**Problem to work on**
Word for word, return the lines from the start of the entries below through the line that has "Line((-1.392554, -0.738066), (-1.99582, -1.057802))".

**Dataset content**
····················

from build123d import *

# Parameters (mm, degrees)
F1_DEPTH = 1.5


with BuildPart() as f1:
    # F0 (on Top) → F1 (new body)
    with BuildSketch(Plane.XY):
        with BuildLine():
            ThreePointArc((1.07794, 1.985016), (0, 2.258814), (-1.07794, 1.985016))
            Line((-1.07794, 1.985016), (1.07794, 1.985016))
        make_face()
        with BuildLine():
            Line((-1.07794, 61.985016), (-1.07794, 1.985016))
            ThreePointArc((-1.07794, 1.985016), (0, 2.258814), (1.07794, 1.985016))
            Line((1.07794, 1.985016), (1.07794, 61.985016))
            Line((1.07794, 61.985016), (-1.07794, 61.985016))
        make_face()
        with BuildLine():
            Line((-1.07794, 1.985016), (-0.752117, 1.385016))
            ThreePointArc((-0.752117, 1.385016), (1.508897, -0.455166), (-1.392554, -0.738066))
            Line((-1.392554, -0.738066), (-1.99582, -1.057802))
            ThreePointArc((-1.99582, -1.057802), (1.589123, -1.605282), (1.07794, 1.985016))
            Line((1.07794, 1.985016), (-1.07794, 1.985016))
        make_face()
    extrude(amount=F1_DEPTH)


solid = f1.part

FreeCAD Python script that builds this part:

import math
import FreeCAD as App
import Part
import Sketcher
from FreeCAD import Vector

doc = App.newDocument("Part")
body = doc.addObject("PartDesign::Body", "Body")

# Sketch on XY plane
sketch1 = body.newObject("Sketcher::SketchObject", "Sketch")
sketch1.AttachmentSupport = (doc.getObject("XY_Plane"), [""])
sketch1.MapMode = "FlatFace"
sketch1.addGeometry(Part.LineSegment(Vector(1.07794, 1.985016, 0), Vector(1.07794, 61.985016, 0)), False)
sketch1.addGeometry(Part.LineSegment(Vector(1.07794, 61.985016, 0), Vector(-1.07794, 61.985016, 0)), False)
sketch1.addGeometry(Part.LineSegment(Vector(-1.07794, 61.985016, 0), Vector(-1.07794, 1.985016, 0)), False)
sketch1.addGeometry(Part.LineSegment(Vector(-1.07794, 1.985016, 0), Vector(-0.752117, 1.385016, 0)), False)
sketch1.addGeometry(Part.ArcOfCircle(Part.Circle(Vector(0, 0, 0), Vector(0, 0, 1), 1.576054), math.radians(-152.075994), math.radians(118.503659)), False)
sketch1.addGeometry(Part.LineSegment(Vector(-1.392554, -0.738066, 0), Vector(-1.99582, -1.057802, 0)), False)
sketch1.addGeometry(Part.ArcOfCircle(Part.Circle(Vector(0, 0, 0), Vector(0, 0, 1), 2.258814), math.radians(-152.076017), math.radians(61.496336)), False)
sketch1.addConstraint(Sketcher.Constraint("Coincident", 0, 2, 1, 1))
sketch1.addConstraint(Sketcher.Constraint("Coincident", 1, 2, 2, 1))
sketch1.addConstraint(Sketcher.Constraint("Coincident", 2, 2, 3, 1))
sketch1.addConstraint(Sketcher.Constraint("Coincident", 3, 2, 4, 2))
sketch1.addConstraint(Sketcher.Constraint("Coincident", 4, 1, 5, 1))
sketch1.addConstraint(Sketcher.Constraint("Coincident", 5, 2, 6, 1))
sketch1.addConstraint(Sketcher.Constraint("Coincident", 6, 2, 0, 1))
sketch1.addConstraint(Sketcher.Constraint("Vertical", 0))
sketch1.addConstraint(Sketcher.Constraint("Horizontal", 1))
sketch1.addConstraint(Sketcher.Constraint("Vertical", 2))
sketch1.addConstraint(Sketcher.Constraint("Coincident", 4, 3, -1, 1))
sketch1.addConstraint(Sketcher.Constraint("Coincident", 6, 3, -1, 1))
sketch1.addConstraint(Sketcher.Constraint("Symmetric", 2, 2, 6, 2, -2))
sketch1.addConstraint(Sketcher.Constraint("DistanceY", 0, 1, 0, 2, 60.0))
sketch1.addConstraint(Sketcher.Constraint("DistanceY", 3, 2, 2, 2, 0.6))
sketch1.addConstraint(Sketcher.Constraint("Radius", 4, 1.576054))
sketch1.addConstraint(Sketcher.Constraint("Radius", 6, 2.258814))
sketch1.addConstraint(Sketcher.Constraint("DistanceX", 1, 2, 1, 1, 2.15588))
sketch1.addConstraint(Sketcher.Constraint("DistanceY", 5, 2, -1, 1, 1.057802))
sketch1.addConstraint(Sketcher.Constraint("DistanceY", 4, 1, 3, 2, 2.123082))
pad1 = body.newObject("PartDesign::Pad", "Pad")
pad1.Profile = sketch1
pad1.Length = 1.5

doc.recompute()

····················

**Answer below**
from build123d import *

# Parameters (mm, degrees)
F1_DEPTH = 1.5


with BuildPart() as f1:
    # F0 (on Top) → F1 (new body)
    with BuildSketch(Plane.XY):
        with BuildLine():
            ThreePointArc((1.07794, 1.985016), (0, 2.258814), (-1.07794, 1.985016))
            Line((-1.07794, 1.985016), (1.07794, 1.985016))
        make_face()
        with BuildLine():
            Line((-1.07794, 61.985016), (-1.07794, 1.985016))
            ThreePointArc((-1.07794, 1.985016), (0, 2.258814), (1.07794, 1.985016))
            Line((1.07794, 1.985016), (1.07794, 61.985016))
            Line((1.07794, 61.985016), (-1.07794, 61.985016))
        make_face()
        with BuildLine():
            Line((-1.07794, 1.985016), (-0.752117, 1.385016))
            ThreePointArc((-0.752117, 1.385016), (1.508897, -0.455166), (-1.392554, -0.738066))
            Line((-1.392554, -0.738066), (-1.99582, -1.057802))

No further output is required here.